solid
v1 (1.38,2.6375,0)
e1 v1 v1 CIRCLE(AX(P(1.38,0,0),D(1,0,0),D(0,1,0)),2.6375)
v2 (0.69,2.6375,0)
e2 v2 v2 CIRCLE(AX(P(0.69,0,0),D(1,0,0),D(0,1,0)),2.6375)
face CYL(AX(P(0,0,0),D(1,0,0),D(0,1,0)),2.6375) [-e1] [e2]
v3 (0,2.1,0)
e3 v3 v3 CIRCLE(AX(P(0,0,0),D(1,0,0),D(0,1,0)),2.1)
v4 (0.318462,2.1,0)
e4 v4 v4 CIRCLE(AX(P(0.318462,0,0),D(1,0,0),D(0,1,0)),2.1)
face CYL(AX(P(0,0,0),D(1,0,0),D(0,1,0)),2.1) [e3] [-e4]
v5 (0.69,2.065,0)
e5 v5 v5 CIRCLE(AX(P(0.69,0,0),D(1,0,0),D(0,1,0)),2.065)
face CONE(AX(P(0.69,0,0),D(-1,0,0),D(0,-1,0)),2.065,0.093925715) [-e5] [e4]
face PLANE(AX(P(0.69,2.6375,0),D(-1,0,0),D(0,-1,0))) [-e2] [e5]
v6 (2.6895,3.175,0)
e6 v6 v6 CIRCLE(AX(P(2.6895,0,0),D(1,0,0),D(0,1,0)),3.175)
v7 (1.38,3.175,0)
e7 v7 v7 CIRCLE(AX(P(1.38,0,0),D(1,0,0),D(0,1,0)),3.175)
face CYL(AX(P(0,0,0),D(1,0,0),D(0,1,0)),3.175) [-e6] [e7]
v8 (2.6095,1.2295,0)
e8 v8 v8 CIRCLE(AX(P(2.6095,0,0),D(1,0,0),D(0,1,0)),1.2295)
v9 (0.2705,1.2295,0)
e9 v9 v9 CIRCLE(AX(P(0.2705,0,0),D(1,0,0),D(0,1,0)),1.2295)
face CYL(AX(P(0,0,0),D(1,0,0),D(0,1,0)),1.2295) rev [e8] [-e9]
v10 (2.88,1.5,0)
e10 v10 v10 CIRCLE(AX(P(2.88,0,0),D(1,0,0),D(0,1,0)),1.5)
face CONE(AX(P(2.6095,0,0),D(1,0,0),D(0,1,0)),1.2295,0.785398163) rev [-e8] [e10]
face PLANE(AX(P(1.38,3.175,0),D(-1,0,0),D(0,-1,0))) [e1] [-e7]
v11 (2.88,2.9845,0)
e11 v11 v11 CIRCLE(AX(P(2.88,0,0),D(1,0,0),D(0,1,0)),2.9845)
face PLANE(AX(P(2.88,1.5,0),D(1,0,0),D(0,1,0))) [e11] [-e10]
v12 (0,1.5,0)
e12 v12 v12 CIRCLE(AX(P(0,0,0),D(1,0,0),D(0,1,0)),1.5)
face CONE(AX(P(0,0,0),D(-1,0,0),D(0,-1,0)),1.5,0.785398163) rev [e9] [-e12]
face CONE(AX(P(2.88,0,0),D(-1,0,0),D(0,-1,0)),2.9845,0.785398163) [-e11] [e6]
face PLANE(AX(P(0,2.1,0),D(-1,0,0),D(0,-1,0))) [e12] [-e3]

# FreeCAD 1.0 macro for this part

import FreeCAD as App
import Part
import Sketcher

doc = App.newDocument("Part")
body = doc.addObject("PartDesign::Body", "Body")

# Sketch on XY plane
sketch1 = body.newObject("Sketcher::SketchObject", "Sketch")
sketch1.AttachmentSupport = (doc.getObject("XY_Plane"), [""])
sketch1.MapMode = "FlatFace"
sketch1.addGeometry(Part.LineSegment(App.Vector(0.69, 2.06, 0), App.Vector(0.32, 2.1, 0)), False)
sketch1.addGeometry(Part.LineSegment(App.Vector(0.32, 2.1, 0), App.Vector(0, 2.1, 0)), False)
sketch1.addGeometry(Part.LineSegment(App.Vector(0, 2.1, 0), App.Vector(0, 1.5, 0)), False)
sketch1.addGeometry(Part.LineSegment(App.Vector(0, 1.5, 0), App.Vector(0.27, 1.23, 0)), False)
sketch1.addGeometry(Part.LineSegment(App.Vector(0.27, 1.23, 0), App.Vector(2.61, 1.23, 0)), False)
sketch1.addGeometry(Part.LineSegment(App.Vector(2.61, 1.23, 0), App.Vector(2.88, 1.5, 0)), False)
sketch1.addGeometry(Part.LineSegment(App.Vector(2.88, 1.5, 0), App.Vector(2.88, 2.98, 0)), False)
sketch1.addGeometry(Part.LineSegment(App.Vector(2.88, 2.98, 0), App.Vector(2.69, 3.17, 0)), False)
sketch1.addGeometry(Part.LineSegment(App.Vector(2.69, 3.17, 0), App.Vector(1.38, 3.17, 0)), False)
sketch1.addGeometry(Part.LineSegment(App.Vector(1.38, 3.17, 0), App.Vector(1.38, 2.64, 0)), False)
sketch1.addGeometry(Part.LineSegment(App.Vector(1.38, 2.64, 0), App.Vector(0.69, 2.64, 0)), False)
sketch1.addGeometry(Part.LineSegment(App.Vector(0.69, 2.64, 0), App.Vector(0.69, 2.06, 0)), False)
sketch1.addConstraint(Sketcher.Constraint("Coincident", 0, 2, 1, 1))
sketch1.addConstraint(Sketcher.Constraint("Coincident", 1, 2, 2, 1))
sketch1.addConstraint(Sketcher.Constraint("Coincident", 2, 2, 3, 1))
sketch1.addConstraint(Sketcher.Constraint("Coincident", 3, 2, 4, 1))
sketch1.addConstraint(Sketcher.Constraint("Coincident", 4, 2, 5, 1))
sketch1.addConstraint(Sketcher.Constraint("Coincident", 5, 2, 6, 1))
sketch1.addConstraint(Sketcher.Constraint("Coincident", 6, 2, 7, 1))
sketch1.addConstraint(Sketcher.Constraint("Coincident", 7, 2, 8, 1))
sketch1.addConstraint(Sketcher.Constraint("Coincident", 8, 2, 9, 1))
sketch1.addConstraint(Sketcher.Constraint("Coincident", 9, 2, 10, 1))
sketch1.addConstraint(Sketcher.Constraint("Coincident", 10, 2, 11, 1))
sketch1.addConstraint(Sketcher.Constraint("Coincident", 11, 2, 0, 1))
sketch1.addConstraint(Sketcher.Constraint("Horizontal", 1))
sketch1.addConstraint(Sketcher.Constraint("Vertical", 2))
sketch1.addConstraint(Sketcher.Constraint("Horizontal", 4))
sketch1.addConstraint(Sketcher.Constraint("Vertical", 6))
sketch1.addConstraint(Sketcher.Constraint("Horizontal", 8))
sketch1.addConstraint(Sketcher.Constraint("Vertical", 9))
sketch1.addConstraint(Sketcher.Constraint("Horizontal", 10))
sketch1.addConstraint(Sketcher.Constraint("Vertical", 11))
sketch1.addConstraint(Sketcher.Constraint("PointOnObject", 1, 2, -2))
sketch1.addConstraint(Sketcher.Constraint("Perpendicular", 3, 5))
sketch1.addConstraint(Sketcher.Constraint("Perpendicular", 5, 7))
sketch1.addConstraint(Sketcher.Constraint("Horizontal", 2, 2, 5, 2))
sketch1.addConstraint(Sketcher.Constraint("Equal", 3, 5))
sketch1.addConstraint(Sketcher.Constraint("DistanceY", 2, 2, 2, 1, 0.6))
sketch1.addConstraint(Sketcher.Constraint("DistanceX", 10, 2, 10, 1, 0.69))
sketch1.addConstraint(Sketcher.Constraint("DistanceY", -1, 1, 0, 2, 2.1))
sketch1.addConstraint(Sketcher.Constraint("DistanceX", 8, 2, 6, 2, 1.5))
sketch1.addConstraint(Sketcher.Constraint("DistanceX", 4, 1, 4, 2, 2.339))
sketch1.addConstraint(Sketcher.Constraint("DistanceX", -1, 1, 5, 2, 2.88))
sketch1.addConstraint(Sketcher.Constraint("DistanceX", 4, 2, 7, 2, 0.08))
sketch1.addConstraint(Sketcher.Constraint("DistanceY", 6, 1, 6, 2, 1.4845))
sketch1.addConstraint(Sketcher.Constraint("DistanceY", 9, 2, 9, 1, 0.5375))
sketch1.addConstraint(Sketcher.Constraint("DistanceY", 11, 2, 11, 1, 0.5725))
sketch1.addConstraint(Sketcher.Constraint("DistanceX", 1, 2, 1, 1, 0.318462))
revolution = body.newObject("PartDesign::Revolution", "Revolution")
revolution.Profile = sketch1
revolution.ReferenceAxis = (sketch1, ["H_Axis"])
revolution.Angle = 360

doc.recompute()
***
Across the whole listing above, count each line in which the string "CIRCLE" occurs; respond with that number only.

EXERCISE ANSWER —
12